**TASK TO COMPLETE**
The expected output is each entry, given again exactly.

**** RECORDS FOR THE TASK

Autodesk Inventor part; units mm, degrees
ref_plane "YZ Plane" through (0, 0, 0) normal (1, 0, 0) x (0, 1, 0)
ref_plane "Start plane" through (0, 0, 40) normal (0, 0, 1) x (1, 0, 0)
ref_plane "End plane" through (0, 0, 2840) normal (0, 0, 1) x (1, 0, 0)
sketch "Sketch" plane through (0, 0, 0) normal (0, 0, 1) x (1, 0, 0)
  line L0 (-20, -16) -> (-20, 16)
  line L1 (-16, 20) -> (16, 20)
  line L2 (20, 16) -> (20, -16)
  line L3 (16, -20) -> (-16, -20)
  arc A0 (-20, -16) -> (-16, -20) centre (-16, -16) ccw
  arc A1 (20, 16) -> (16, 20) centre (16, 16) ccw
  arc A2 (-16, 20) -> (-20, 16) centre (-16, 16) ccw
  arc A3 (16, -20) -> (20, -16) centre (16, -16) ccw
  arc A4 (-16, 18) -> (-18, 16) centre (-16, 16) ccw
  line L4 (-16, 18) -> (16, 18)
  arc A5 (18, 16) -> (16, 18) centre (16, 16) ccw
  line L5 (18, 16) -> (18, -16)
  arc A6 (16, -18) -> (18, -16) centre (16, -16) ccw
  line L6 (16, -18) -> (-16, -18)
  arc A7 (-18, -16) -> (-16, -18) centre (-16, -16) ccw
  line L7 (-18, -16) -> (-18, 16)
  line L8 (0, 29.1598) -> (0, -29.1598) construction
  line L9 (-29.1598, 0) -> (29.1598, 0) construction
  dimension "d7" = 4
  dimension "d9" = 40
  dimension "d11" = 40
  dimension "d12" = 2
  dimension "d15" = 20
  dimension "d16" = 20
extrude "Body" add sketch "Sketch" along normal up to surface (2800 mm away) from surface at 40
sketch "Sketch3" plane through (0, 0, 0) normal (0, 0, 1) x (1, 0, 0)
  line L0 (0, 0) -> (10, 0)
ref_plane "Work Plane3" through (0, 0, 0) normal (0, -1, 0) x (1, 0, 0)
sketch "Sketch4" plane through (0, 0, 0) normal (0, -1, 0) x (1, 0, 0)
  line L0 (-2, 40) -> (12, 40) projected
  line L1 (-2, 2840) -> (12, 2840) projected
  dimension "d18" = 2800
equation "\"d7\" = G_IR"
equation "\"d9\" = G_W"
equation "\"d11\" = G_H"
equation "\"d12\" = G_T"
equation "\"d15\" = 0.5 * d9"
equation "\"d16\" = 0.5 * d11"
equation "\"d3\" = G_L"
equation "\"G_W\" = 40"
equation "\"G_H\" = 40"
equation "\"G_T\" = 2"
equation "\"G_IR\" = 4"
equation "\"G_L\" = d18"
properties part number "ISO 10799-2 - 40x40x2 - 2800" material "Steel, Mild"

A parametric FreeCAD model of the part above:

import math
import FreeCAD as App
import Part
import Sketcher

doc = App.newDocument("Part")
body = doc.addObject("PartDesign::Body", "Body")

# Sketch on XY plane
sketch1 = body.newObject("Sketcher::SketchObject", "Sketch")
sketch1.AttachmentSupport = (doc.getObject("XY_Plane"), [""])
sketch1.MapMode = "FlatFace"
sketch1.AttachmentOffset = App.Placement(App.Vector(0, 0, 40), App.Rotation())
sketch1.addGeometry([
    Part.LineSegment(App.Vector(-20, 16, 0), App.Vector(-20, -16, 0)),  # 0
    Part.ArcOfCircle(Part.Circle(App.Vector(-16, -16, 0), App.Vector(0, 0, 1), 4), math.radians(180), math.radians(270)),  # 1
    Part.LineSegment(App.Vector(-16, -20, 0), App.Vector(16, -20, 0)),  # 2
    Part.ArcOfCircle(Part.Circle(App.Vector(16, -16, 0), App.Vector(0, 0, 1), 4), math.radians(-90), math.radians(0)),  # 3
    Part.LineSegment(App.Vector(20, -16, 0), App.Vector(20, 16, 0)),  # 4
    Part.ArcOfCircle(Part.Circle(App.Vector(16, 16, 0), App.Vector(0, 0, 1), 4), math.radians(0), math.radians(90)),  # 5
    Part.LineSegment(App.Vector(16, 20, 0), App.Vector(-16, 20, 0)),  # 6
    Part.ArcOfCircle(Part.Circle(App.Vector(-16, 16, 0), App.Vector(0, 0, 1), 4), math.radians(90), math.radians(180)),  # 7
    Part.ArcOfCircle(Part.Circle(App.Vector(-16, 16, 0), App.Vector(0, 0, 1), 2), math.radians(90), math.radians(180)),  # 8
    Part.LineSegment(App.Vector(-16, 18, 0), App.Vector(16, 18, 0)),  # 9
    Part.ArcOfCircle(Part.Circle(App.Vector(16, 16, 0), App.Vector(0, 0, 1), 2), math.radians(0), math.radians(90)),  # 10
    Part.LineSegment(App.Vector(18, 16, 0), App.Vector(18, -16, 0)),  # 11
    Part.ArcOfCircle(Part.Circle(App.Vector(16, -16, 0), App.Vector(0, 0, 1), 2), math.radians(-90), math.radians(0)),  # 12
    Part.LineSegment(App.Vector(16, -18, 0), App.Vector(-16, -18, 0)),  # 13
    Part.ArcOfCircle(Part.Circle(App.Vector(-16, -16, 0), App.Vector(0, 0, 1), 2), math.radians(180), math.radians(270)),  # 14
    Part.LineSegment(App.Vector(-18, -16, 0), App.Vector(-18, 16, 0)),  # 15
], False)
sketch1.addConstraint([
    Sketcher.Constraint("Tangent", 0, 2, 1, 1),
    Sketcher.Constraint("Tangent", 1, 2, 2, 1),
    Sketcher.Constraint("Tangent", 2, 2, 3, 1),
    Sketcher.Constraint("Tangent", 3, 2, 4, 1),
    Sketcher.Constraint("Tangent", 4, 2, 5, 1),
    Sketcher.Constraint("Tangent", 5, 2, 6, 1),
    Sketcher.Constraint("Tangent", 6, 2, 7, 1),
    Sketcher.Constraint("Tangent", 7, 2, 0, 1),
    Sketcher.Constraint("Tangent", 8, 1, 9, 1),
    Sketcher.Constraint("Tangent", 9, 2, 10, 2),
    Sketcher.Constraint("Tangent", 10, 1, 11, 1),
    Sketcher.Constraint("Tangent", 11, 2, 12, 2),
    Sketcher.Constraint("Tangent", 12, 1, 13, 1),
    Sketcher.Constraint("Tangent", 13, 2, 14, 2),
    Sketcher.Constraint("Tangent", 14, 1, 15, 1),
    Sketcher.Constraint("Tangent", 15, 2, 8, 2),
    Sketcher.Constraint("Vertical", 0),
    Sketcher.Constraint("Horizontal", 2),
    Sketcher.Constraint("Vertical", 4),
    Sketcher.Constraint("Horizontal", 6),
    Sketcher.Constraint("Horizontal", 9),
    Sketcher.Constraint("Vertical", 11),
    Sketcher.Constraint("Horizontal", 13),
    Sketcher.Constraint("Vertical", 15),
    Sketcher.Constraint("Coincident", 8, 3, 7, 3),
    Sketcher.Constraint("Coincident", 10, 3, 5, 3),
    Sketcher.Constraint("Coincident", 12, 3, 3, 3),
    Sketcher.Constraint("Equal", 1, 3),
    Sketcher.Constraint("Equal", 3, 5),
    Sketcher.Constraint("Equal", 5, 7),
    Sketcher.Constraint("Equal", 12, 14),
    Sketcher.Constraint("Symmetric", 1, 3, 5, 3, -1, 1),
    Sketcher.Constraint("Equal", 13, 0),
    Sketcher.Constraint("Radius", 1, 4.0),
    Sketcher.Constraint("Radius", 8, 2.0),
    Sketcher.Constraint("DistanceX", 0, 2, -1, 1, 20.0),
])
pad1 = body.newObject("PartDesign::Pad", "Pad")
pad1.Profile = sketch1
pad1.Length = 2800

doc.recompute()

********

**EXERCISE RESULT**
Autodesk Inventor part; units mm, degrees
ref_plane "YZ Plane" through (0, 0, 0) normal (1, 0, 0) x (0, 1, 0)
ref_plane "Start plane" through (0, 0, 40) normal (0, 0, 1) x (1, 0, 0)
ref_plane "End plane" through (0, 0, 2840) normal (0, 0, 1) x (1, 0, 0)
sketch "Sketch" plane through (0, 0, 0) normal (0, 0, 1) x (1, 0, 0)
  line L0 (-20, -16) -> (-20, 16)
  line L1 (-16, 20) -> (16, 20)
  line L2 (20, 16) -> (20, -16)
  line L3 (16, -20) -> (-16, -20)
  arc A0 (-20, -16) -> (-16, -20) centre (-16, -16) ccw
  arc A1 (20, 16) -> (16, 20) centre (16, 16) ccw
  arc A2 (-16, 20) -> (-20, 16) centre (-16, 16) ccw
  arc A3 (16, -20) -> (20, -16) centre (16, -16) ccw
  arc A4 (-16, 18) -> (-18, 16) centre (-16, 16) ccw
  line L4 (-16, 18) -> (16, 18)
  arc A5 (18, 16) -> (16, 18) centre (16, 16) ccw
  line L5 (18, 16) -> (18, -16)
  arc A6 (16, -18) -> (18, -16) centre (16, -16) ccw
  line L6 (16, -18) -> (-16, -18)
  arc A7 (-18, -16) -> (-16, -18) centre (-16, -16) ccw
  line L7 (-18, -16) -> (-18, 16)
  line L8 (0, 29.1598) -> (0, -29.1598) construction
  line L9 (-29.1598, 0) -> (29.1598, 0) construction
  dimension "d7" = 4
  dimension "d9" = 40
  dimension "d11" = 40
  dimension "d12" = 2
  dimension "d15" = 20
  dimension "d16" = 20
extrude "Body" add sketch "Sketch" along normal up to surface (2800 mm away) from surface at 40
sketch "Sketch3" plane through (0, 0, 0) normal (0, 0, 1) x (1, 0, 0)
  line L0 (0, 0) -> (10, 0)
ref_plane "Work Plane3" through (0, 0, 0) normal (0, -1, 0) x (1, 0, 0)
sketch "Sketch4" plane through (0, 0, 0) normal (0, -1, 0) x (1, 0, 0)
  line L0 (-2, 40) -> (12, 40) projected
  line L1 (-2, 2840) -> (12, 2840) projected
  dimension "d18" = 2800
equation "\"d7\" = G_IR"
equation "\"d9\" = G_W"
equation "\"d11\" = G_H"
equation "\"d12\" = G_T"
equation "\"d15\" = 0.5 * d9"
equation "\"d16\" = 0.5 * d11"
equation "\"d3\" = G_L"
equation "\"G_W\" = 40"
equation "\"G_H\" = 40"
equation "\"G_T\" = 2"
equation "\"G_IR\" = 4"
equation "\"G_L\" = d18"
properties part number "ISO 10799-2 - 40x40x2 - 2800" material "Steel, Mild"

A parametric FreeCAD model of the part above:

import math
import FreeCAD as App
import Part
import Sketcher

doc = App.newDocument("Part")
body = doc.addObject("PartDesign::Body", "Body")

# Sketch on XY plane
sketch1 = body.newObject("Sketcher::SketchObject", "Sketch")
sketch1.AttachmentSupport = (doc.getObject("XY_Plane"), [""])
sketch1.MapMode = "FlatFace"
sketch1.AttachmentOffset = App.Placement(App.Vector(0, 0, 40), App.Rotation())
sketch1.addGeometry([
    Part.LineSegment(App.Vector(-20, 16, 0), App.Vector(-20, -16, 0)),  # 0
    Part.ArcOfCircle(Part.Circle(App.Vector(-16, -16, 0), App.Vector(0, 0, 1), 4), math.radians(180), math.radians(270)),  # 1
    Part.LineSegment(App.Vector(-16, -20, 0), App.Vector(16, -20, 0)),  # 2
    Part.ArcOfCircle(Part.Circle(App.Vector(16, -16, 0), App.Vector(0, 0, 1), 4), math.radians(-90), math.radians(0)),  # 3
    Part.LineSegment(App.Vector(20, -16, 0), App.Vector(20, 16, 0)),  # 4
    Part.ArcOfCircle(Part.Circle(App.Vector(16, 16, 0), App.Vector(0, 0, 1), 4), math.radians(0), math.radians(90)),  # 5
    Part.LineSegment(App.Vector(16, 20, 0), App.Vector(-16, 20, 0)),  # 6
    Part.ArcOfCircle(Part.Circle(App.Vector(-16, 16, 0), App.Vector(0, 0, 1), 4), math.radians(90), math.radians(180)),  # 7
    Part.ArcOfCircle(Part.Circle(App.Vector(-16, 16, 0), App.Vector(0, 0, 1), 2), math.radians(90), math.radians(180)),  # 8
    Part.LineSegment(App.Vector(-16, 18, 0), App.Vector(16, 18, 0)),  # 9
    Part.ArcOfCircle(Part.Circle(App.Vector(16, 16, 0), App.Vector(0, 0, 1), 2), math.radians(0), math.radians(90)),  # 10
    Part.LineSegment(App.Vector(18, 16, 0), App.Vector(18, -16, 0)),  # 11
    Part.ArcOfCircle(Part.Circle(App.Vector(16, -16, 0), App.Vector(0, 0, 1), 2), math.radians(-90), math.radians(0)),  # 12
    Part.LineSegment(App.Vector(16, -18, 0), App.Vector(-16, -18, 0)),  # 13
    Part.ArcOfCircle(Part.Circle(App.Vector(-16, -16, 0), App.Vector(0, 0, 1), 2), math.radians(180), math.radians(270)),  # 14
    Part.LineSegment(App.Vector(-18, -16, 0), App.Vector(-18, 16, 0)),  # 15
], False)
sketch1.addConstraint([
    Sketcher.Constraint("Tangent", 0, 2, 1, 1),
    Sketcher.Constraint("Tangent", 1, 2, 2, 1),
    Sketcher.Constraint("Tangent", 2, 2, 3, 1),
    Sketcher.Constraint("Tangent", 3, 2, 4, 1),
    Sketcher.Constraint("Tangent", 4, 2, 5, 1),
    Sketcher.Constraint("Tangent", 5, 2, 6, 1),
    Sketcher.Constraint("Tangent", 6, 2, 7, 1),
    Sketcher.Constraint("Tangent", 7, 2, 0, 1),
    Sketcher.Constraint("Tangent", 8, 1, 9, 1),
    Sketcher.Constraint("Tangent", 9, 2, 10, 2),
    Sketcher.Constraint("Tangent", 10, 1, 11, 1),
    Sketcher.Constraint("Tangent", 11, 2, 12, 2),
    Sketcher.Constraint("Tangent", 12, 1, 13, 1),
    Sketcher.Constraint("Tangent", 13, 2, 14, 2),
    Sketcher.Constraint("Tangent", 14, 1, 15, 1),
    Sketcher.Constraint("Tangent", 15, 2, 8, 2),
    Sketcher.Constraint("Vertical", 0),
    Sketcher.Constraint("Horizontal", 2),
    Sketcher.Constraint("Vertical", 4),
    Sketcher.Constraint("Horizontal", 6),
    Sketcher.Constraint("Horizontal", 9),
    Sketcher.Constraint("Vertical", 11),
    Sketcher.Constraint("Horizontal", 13),
    Sketcher.Constraint("Vertical", 15),
    Sketcher.Constraint("Coincident", 8, 3, 7, 3),
    Sketcher.Constraint("Coincident", 10, 3, 5, 3),
    Sketcher.Constraint("Coincident", 12, 3, 3, 3),
    Sketcher.Constraint("Equal", 1, 3),
    Sketcher.Constraint("Equal", 3, 5),
    Sketcher.Constraint("Equal", 5, 7),
    Sketcher.Constraint("Equal", 12, 14),
    Sketcher.Constraint("Symmetric", 1, 3, 5, 3, -1, 1),
    Sketcher.Constraint("Equal", 13, 0),
    Sketcher.Constraint("Radius", 1, 4.0),
    Sketcher.Constraint("Radius", 8, 2.0),
    Sketcher.Constraint("DistanceX", 0, 2, -1, 1, 20.0),
])
pad1 = body.newObject("PartDesign::Pad", "Pad")
pad1.Profile = sketch1
pad1.Length = 2800

doc.recompute()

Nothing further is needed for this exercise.